(Dataset entries)
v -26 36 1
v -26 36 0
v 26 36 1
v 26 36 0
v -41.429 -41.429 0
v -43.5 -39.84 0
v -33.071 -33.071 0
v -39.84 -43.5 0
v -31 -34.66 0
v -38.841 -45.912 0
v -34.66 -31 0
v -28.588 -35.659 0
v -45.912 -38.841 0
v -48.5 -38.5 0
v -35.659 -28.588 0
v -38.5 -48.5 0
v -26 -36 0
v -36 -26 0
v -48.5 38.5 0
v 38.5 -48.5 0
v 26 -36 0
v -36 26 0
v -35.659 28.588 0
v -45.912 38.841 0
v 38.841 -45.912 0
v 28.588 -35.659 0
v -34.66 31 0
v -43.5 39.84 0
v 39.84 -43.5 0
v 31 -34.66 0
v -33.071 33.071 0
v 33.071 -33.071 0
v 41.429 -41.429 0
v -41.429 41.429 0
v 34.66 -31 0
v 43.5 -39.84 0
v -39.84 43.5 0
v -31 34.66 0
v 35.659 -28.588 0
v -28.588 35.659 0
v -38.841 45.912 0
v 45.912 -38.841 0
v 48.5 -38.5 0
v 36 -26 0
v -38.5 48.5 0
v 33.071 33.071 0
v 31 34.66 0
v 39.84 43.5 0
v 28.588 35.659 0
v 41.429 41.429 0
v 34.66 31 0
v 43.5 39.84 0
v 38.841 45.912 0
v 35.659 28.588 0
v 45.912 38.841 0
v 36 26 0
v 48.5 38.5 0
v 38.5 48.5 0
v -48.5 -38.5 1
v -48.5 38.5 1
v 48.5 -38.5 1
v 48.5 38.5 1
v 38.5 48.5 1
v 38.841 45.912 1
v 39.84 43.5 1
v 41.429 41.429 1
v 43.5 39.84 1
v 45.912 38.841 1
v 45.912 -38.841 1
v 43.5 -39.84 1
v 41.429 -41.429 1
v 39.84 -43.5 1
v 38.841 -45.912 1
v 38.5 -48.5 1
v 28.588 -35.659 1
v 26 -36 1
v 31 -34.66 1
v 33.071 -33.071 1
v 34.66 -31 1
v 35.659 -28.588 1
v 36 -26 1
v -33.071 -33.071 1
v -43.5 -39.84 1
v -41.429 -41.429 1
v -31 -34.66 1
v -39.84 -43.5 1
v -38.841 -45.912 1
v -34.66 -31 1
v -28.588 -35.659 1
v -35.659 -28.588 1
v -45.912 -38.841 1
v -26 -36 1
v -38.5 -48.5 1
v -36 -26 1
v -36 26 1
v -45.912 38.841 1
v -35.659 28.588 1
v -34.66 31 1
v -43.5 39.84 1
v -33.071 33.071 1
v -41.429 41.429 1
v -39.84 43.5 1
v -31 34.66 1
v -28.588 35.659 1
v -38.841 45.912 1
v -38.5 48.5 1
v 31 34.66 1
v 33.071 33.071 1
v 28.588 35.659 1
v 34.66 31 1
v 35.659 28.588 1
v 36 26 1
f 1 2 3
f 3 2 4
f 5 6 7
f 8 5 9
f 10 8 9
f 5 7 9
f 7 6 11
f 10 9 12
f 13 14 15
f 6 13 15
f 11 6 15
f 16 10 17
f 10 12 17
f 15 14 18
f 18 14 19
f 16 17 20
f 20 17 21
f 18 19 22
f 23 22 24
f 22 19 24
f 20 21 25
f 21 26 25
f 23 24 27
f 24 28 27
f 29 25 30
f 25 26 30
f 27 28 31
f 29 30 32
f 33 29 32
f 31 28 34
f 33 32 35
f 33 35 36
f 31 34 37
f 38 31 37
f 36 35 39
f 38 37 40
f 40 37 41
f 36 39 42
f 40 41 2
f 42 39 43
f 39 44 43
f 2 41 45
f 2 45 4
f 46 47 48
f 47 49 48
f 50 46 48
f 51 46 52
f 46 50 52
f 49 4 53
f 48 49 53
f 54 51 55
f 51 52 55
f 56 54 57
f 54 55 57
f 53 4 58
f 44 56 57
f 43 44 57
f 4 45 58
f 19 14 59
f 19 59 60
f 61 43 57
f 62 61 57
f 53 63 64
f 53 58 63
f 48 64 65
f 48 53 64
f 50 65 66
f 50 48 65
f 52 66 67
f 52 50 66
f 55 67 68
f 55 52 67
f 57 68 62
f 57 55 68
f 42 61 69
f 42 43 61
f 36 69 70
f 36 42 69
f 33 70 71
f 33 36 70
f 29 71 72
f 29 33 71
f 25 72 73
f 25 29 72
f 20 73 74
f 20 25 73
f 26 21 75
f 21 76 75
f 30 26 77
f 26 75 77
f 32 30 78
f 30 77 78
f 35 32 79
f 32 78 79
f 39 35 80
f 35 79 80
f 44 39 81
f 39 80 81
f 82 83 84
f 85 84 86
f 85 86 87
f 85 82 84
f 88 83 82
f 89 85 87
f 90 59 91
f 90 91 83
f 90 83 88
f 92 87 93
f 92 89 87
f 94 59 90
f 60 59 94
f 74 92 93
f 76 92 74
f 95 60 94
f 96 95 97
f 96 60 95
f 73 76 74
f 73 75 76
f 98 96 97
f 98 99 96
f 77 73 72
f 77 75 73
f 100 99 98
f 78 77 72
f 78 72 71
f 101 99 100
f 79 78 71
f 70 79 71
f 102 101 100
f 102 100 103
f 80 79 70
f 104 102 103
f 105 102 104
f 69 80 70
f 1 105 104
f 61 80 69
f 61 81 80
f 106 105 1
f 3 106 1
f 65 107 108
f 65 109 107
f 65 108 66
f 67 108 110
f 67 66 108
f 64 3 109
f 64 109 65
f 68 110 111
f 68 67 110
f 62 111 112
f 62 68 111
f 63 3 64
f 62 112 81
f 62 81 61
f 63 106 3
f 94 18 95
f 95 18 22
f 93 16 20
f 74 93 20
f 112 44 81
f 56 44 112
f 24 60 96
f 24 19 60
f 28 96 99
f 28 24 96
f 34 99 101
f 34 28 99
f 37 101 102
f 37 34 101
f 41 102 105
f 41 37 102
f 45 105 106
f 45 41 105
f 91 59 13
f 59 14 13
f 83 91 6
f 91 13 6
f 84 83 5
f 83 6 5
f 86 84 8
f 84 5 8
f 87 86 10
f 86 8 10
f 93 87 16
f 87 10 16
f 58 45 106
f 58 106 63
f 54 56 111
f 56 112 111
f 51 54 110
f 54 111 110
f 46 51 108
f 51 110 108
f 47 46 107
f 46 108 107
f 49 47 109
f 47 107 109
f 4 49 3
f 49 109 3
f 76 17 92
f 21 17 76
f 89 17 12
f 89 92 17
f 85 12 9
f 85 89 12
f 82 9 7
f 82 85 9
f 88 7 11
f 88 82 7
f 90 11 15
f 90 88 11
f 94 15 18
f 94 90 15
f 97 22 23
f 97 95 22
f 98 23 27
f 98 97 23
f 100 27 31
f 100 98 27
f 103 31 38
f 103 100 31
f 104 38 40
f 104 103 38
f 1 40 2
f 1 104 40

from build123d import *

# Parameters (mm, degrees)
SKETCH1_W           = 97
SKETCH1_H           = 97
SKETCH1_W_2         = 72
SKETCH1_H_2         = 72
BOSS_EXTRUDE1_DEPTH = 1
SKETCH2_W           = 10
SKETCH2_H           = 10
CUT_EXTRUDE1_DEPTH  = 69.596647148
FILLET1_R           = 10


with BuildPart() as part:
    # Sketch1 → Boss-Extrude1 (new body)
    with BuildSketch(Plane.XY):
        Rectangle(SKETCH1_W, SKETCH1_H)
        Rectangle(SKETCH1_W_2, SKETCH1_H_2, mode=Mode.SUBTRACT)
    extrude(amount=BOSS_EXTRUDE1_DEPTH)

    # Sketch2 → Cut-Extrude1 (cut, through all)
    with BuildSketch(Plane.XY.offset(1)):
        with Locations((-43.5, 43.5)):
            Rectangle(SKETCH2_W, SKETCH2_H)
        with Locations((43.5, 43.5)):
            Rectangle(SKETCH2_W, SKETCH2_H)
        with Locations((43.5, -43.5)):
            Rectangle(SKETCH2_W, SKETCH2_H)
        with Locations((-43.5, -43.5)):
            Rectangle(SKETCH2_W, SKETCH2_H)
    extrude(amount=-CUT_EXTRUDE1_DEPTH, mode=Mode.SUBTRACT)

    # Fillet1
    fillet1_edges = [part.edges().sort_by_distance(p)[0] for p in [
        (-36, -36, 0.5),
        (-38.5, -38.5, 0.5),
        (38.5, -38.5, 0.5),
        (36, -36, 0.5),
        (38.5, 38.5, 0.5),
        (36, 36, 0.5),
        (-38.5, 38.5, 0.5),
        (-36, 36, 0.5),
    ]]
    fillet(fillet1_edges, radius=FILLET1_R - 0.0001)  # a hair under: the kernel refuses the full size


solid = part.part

Aim of the task: Return exactly what appears above, from the first line of the entries to the line with "v -31 34.66 0", inclusive.

Solution to the exercise:
v -26 36 1
v -26 36 0
v 26 36 1
v 26 36 0
v -41.429 -41.429 0
v -43.5 -39.84 0
v -33.071 -33.071 0
v -39.84 -43.5 0
v -31 -34.66 0
v -38.841 -45.912 0
v -34.66 -31 0
v -28.588 -35.659 0
v -45.912 -38.841 0
v -48.5 -38.5 0
v -35.659 -28.588 0
v -38.5 -48.5 0
v -26 -36 0
v -36 -26 0
v -48.5 38.5 0
v 38.5 -48.5 0
v 26 -36 0
v -36 26 0
v -35.659 28.588 0
v -45.912 38.841 0
v 38.841 -45.912 0
v 28.588 -35.659 0
v -34.66 31 0
v -43.5 39.84 0
v 39.84 -43.5 0
v 31 -34.66 0
v -33.071 33.071 0
v 33.071 -33.071 0
v 41.429 -41.429 0
v -41.429 41.429 0
v 34.66 -31 0
v 43.5 -39.84 0
v -39.84 43.5 0
v -31 34.66 0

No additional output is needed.